EXERCISE DETAILS:
Return every line from the records below in which the word "offset" is found.

DATA FOR THE TASK:
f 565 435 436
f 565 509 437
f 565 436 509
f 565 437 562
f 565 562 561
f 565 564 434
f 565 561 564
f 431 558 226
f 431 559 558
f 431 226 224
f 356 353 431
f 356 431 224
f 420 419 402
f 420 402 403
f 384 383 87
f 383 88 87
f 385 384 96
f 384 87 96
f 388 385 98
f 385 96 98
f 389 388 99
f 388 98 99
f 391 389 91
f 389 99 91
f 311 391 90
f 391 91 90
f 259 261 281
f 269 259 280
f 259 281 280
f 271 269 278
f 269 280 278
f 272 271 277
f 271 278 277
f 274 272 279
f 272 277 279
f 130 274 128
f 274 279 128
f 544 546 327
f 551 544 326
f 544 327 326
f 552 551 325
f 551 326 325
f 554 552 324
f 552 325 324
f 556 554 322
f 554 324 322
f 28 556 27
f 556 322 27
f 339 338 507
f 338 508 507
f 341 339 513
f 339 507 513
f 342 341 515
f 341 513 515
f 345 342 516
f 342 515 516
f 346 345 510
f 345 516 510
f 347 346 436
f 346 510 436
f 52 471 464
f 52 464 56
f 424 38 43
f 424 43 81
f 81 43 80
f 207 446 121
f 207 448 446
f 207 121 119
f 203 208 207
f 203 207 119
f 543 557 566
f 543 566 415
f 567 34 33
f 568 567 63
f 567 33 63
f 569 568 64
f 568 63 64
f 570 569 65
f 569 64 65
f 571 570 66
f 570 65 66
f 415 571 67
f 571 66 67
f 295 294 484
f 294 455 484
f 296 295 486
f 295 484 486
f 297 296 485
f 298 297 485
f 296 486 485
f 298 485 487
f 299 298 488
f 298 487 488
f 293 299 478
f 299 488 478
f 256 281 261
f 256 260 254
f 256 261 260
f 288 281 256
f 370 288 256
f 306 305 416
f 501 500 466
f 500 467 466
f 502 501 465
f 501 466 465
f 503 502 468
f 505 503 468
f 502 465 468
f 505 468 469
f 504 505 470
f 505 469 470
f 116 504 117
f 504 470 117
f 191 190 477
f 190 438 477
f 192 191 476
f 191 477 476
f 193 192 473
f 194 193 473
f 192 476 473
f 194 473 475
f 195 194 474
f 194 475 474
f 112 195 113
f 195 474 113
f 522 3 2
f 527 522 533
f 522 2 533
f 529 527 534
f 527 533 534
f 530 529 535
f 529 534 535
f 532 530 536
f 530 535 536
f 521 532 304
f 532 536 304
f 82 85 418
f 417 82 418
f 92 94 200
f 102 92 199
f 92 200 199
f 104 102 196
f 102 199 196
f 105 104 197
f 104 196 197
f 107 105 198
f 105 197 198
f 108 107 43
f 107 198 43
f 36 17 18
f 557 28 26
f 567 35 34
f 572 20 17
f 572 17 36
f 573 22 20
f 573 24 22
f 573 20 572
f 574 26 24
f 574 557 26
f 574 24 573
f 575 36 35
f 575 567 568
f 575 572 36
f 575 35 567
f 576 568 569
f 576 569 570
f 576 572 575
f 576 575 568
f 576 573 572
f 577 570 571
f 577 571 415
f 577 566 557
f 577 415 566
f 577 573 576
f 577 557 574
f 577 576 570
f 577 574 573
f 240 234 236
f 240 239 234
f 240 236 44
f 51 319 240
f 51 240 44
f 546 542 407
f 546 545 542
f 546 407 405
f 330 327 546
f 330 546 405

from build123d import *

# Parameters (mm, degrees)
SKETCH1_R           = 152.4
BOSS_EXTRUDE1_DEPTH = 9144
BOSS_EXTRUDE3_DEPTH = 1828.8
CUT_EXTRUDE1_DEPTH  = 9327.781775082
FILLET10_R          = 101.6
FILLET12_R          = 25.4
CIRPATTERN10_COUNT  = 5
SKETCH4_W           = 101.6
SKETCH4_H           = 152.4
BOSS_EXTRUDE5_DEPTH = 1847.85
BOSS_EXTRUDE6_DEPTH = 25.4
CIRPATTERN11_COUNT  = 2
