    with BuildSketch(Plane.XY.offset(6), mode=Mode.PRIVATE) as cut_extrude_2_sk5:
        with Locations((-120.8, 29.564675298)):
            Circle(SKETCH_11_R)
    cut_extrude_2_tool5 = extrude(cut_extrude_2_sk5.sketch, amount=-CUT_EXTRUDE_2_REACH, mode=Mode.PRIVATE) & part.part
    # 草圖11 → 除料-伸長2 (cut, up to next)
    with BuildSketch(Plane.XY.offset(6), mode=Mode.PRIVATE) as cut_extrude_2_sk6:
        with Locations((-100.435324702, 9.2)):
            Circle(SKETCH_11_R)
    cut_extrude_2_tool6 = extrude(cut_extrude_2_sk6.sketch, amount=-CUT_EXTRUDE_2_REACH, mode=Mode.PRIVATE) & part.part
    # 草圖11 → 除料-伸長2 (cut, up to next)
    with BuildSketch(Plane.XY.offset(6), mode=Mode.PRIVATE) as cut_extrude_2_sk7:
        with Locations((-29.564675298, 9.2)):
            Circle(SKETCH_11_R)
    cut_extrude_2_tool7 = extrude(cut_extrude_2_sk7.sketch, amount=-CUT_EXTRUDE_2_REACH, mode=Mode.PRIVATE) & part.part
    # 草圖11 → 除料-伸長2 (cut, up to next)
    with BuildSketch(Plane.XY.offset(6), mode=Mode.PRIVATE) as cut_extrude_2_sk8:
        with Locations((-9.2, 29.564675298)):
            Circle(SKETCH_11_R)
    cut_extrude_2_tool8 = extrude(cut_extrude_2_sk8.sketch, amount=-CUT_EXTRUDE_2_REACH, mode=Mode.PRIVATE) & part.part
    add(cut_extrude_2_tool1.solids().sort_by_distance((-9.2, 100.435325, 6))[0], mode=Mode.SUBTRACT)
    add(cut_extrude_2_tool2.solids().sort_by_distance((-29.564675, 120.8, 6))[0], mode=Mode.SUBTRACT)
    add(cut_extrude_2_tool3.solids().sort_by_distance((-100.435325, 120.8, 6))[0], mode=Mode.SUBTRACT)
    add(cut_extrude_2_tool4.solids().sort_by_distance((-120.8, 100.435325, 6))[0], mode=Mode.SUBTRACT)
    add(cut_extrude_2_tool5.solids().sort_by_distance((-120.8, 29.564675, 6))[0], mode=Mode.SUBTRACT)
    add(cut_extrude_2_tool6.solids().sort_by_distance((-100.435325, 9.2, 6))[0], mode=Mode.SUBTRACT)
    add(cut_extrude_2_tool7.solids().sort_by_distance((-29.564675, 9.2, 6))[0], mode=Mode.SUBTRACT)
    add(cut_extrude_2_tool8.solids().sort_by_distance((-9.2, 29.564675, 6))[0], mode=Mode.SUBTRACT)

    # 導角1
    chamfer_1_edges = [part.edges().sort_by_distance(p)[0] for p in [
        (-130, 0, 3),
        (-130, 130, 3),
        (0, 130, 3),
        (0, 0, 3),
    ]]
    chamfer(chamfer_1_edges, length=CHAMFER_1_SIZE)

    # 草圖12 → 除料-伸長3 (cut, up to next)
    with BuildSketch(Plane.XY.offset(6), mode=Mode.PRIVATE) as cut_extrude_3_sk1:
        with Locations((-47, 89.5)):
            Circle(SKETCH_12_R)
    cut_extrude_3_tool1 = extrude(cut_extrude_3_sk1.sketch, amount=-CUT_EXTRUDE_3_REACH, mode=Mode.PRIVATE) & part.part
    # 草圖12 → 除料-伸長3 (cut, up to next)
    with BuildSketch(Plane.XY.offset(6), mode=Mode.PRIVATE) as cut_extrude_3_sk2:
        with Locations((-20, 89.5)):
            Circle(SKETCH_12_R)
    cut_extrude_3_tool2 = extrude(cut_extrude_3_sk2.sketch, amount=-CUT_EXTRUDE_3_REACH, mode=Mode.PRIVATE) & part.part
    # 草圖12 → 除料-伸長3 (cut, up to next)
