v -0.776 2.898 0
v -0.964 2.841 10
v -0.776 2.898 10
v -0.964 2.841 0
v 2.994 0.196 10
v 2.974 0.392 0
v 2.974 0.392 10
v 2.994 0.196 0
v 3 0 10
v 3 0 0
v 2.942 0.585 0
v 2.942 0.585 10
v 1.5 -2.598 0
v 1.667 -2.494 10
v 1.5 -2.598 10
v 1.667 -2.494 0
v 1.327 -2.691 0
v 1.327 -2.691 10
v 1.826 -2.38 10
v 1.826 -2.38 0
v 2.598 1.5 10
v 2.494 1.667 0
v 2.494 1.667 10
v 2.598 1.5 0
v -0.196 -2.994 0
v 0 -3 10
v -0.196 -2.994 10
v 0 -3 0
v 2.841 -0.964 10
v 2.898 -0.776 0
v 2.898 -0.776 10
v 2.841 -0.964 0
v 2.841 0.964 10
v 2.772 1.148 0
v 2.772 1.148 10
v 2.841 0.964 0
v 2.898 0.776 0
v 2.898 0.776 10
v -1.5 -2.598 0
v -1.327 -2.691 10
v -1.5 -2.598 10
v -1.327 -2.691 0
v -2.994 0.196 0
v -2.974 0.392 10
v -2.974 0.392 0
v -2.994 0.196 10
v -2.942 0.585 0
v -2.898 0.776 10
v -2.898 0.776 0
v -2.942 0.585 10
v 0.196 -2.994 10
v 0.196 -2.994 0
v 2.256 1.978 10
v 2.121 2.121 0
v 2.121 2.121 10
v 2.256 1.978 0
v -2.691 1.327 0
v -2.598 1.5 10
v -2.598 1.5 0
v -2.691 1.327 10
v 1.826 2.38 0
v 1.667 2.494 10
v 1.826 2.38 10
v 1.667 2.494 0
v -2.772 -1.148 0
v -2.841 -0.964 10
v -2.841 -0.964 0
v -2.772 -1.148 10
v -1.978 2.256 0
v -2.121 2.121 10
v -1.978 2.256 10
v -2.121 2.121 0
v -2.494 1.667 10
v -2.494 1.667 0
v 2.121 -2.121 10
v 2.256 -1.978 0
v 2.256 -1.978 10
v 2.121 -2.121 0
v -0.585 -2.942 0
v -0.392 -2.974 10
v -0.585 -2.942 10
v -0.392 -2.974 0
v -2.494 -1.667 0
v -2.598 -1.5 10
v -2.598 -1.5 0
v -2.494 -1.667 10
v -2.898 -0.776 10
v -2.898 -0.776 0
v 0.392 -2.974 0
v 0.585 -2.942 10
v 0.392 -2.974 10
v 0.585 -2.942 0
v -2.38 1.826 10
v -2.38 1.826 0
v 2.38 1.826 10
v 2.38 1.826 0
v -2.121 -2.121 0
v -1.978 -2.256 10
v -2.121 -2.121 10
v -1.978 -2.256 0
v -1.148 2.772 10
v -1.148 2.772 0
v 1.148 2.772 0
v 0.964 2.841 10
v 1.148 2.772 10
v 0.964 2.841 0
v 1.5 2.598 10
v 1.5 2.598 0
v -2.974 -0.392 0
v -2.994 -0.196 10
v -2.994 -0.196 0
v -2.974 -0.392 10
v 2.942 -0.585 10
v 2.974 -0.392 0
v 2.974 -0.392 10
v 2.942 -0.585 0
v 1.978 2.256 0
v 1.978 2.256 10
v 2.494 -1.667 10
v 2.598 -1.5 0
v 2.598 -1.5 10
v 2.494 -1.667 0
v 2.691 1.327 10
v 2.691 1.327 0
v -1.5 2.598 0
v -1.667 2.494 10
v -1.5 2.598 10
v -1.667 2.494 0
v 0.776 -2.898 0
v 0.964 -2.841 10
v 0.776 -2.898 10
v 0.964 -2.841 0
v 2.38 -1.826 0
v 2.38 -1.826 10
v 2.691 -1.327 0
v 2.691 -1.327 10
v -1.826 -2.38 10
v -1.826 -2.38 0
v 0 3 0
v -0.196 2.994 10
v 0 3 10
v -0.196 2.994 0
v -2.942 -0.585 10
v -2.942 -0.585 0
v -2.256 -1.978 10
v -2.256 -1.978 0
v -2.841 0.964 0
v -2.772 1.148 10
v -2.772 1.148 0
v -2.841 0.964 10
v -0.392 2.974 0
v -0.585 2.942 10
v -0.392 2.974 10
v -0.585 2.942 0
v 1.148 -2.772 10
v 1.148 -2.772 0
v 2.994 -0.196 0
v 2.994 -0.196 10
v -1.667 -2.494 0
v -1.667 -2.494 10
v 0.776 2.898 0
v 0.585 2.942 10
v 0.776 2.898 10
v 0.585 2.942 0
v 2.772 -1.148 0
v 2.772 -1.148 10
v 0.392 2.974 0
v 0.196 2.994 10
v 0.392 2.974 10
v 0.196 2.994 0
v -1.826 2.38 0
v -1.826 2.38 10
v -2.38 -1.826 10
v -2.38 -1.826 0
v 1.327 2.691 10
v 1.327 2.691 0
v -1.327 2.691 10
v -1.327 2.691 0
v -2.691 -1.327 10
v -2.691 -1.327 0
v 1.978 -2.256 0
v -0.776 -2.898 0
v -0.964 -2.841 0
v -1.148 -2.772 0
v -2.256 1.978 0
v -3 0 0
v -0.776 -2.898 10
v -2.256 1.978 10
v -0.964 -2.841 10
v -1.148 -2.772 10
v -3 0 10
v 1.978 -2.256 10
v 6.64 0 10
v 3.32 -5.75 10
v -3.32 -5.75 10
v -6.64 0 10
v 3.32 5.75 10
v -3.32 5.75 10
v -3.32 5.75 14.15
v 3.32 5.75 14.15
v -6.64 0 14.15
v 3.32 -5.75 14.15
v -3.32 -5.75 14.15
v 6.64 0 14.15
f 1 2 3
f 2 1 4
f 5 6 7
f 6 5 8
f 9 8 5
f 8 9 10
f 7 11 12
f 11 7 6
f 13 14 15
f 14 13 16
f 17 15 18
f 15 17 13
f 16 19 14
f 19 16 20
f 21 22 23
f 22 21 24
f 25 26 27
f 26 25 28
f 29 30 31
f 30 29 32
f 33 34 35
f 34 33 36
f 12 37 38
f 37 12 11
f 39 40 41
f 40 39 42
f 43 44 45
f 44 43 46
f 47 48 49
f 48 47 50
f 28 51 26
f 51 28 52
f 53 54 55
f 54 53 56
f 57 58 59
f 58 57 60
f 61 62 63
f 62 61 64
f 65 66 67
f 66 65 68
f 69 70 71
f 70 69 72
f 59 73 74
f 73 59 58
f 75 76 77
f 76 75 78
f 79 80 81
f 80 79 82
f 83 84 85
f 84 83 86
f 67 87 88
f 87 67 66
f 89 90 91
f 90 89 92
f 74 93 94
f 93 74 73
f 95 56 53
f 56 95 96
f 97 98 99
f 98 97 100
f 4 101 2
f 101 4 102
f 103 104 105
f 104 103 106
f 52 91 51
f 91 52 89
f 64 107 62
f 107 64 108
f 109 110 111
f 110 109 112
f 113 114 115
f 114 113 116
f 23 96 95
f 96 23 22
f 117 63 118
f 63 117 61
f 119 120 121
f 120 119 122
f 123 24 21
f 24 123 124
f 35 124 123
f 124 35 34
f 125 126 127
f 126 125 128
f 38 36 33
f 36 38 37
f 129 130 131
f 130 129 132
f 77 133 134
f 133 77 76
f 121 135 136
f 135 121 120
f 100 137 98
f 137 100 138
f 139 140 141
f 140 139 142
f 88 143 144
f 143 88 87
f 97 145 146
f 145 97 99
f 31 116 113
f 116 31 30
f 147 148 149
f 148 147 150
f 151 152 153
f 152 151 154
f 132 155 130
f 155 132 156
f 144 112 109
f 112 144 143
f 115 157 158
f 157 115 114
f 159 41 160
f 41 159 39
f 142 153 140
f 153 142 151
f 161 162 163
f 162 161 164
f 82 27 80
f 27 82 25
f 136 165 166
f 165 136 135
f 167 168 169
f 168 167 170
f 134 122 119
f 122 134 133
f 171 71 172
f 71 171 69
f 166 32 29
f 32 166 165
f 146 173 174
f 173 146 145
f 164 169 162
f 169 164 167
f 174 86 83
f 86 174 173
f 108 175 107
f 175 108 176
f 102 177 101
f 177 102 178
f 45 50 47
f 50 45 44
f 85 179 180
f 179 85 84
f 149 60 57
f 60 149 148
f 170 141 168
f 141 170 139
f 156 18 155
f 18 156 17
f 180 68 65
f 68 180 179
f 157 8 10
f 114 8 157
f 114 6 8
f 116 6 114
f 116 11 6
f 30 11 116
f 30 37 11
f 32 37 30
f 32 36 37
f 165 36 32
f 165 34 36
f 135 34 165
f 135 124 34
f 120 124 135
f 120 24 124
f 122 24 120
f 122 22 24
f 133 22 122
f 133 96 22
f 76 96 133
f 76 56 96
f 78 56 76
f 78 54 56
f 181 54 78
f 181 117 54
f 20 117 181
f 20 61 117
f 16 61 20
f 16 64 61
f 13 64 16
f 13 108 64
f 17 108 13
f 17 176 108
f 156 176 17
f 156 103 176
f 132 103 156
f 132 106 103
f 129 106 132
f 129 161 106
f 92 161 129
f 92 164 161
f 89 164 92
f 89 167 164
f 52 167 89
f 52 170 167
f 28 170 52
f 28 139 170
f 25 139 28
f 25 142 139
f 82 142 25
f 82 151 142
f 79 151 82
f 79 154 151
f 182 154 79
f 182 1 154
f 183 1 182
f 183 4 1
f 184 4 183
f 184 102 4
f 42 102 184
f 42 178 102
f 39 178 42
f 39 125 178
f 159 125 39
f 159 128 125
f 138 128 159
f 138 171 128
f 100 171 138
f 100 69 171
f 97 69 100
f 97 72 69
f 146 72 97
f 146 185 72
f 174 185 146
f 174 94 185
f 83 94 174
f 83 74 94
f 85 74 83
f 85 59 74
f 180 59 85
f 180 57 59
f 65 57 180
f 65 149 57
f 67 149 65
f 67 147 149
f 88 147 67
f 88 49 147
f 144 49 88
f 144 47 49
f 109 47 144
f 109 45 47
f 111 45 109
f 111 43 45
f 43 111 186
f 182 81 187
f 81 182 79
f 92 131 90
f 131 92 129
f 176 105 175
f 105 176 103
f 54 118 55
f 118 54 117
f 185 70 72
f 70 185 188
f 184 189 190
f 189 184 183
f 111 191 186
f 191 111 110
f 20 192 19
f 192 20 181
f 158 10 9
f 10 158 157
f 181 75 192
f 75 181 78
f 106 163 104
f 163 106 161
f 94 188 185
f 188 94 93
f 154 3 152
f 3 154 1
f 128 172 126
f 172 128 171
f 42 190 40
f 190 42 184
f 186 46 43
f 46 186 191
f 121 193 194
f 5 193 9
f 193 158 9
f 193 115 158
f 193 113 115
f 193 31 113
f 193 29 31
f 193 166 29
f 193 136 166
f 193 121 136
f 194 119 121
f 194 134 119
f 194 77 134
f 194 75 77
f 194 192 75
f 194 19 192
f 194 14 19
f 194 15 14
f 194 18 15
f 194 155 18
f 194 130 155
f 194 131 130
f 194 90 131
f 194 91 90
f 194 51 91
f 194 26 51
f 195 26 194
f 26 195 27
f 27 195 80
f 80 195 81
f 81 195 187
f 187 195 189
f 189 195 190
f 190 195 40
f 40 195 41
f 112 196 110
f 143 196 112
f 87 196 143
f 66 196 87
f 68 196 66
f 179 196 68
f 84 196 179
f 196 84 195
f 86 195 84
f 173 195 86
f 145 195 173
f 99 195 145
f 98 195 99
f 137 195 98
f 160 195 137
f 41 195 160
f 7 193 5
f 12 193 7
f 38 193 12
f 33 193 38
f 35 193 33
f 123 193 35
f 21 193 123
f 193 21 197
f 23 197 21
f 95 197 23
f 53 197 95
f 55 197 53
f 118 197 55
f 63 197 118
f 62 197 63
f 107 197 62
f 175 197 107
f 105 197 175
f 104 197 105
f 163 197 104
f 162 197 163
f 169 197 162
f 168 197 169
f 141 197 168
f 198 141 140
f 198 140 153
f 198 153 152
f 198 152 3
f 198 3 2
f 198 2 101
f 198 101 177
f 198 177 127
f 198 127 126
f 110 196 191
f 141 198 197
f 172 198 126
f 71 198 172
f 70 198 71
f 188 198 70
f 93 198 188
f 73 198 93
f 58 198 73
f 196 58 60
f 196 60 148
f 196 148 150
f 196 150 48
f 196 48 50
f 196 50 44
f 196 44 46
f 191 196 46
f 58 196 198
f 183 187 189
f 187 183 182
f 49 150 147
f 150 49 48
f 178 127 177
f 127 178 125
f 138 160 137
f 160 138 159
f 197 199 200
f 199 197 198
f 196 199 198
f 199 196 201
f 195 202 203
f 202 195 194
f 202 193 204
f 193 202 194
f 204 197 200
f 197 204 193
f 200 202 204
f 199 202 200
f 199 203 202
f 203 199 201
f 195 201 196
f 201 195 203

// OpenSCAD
$fn = 96;

shaft_d = 6.0;
length = 10.0;

head_flat_d = 11.5;   // across flats
head_h = 4.15;

module hex_prism(af, h) {
    // Regular hexagon: across-flats = 2*apothem => circumradius = af / sqrt(3)
    r = af / sqrt(3);
    linear_extrude(height = h)
        polygon(points = [for (i = [0:5]) [r*cos(60*i), r*sin(60*i)]]);
}

union() {
    // Shaft
    cylinder(d = shaft_d, h = length);

    // Hex head on top
    translate([0,0,length])
        hex_prism(head_flat_d, head_h);
}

WRITTEN SOLUTION:
    with BuildSketch(Plane.XY.offset(6), mode=Mode.PRIVATE) as cut_extrude_2_sk5:
    with BuildSketch(Plane.XY.offset(6), mode=Mode.PRIVATE) as cut_extrude_2_sk6:
    with BuildSketch(Plane.XY.offset(6), mode=Mode.PRIVATE) as cut_extrude_2_sk7:
    with BuildSketch(Plane.XY.offset(6), mode=Mode.PRIVATE) as cut_extrude_2_sk8:
    with BuildSketch(Plane.XY.offset(6), mode=Mode.PRIVATE) as cut_extrude_3_sk1:
    with BuildSketch(Plane.XY.offset(6), mode=Mode.PRIVATE) as cut_extrude_3_sk2:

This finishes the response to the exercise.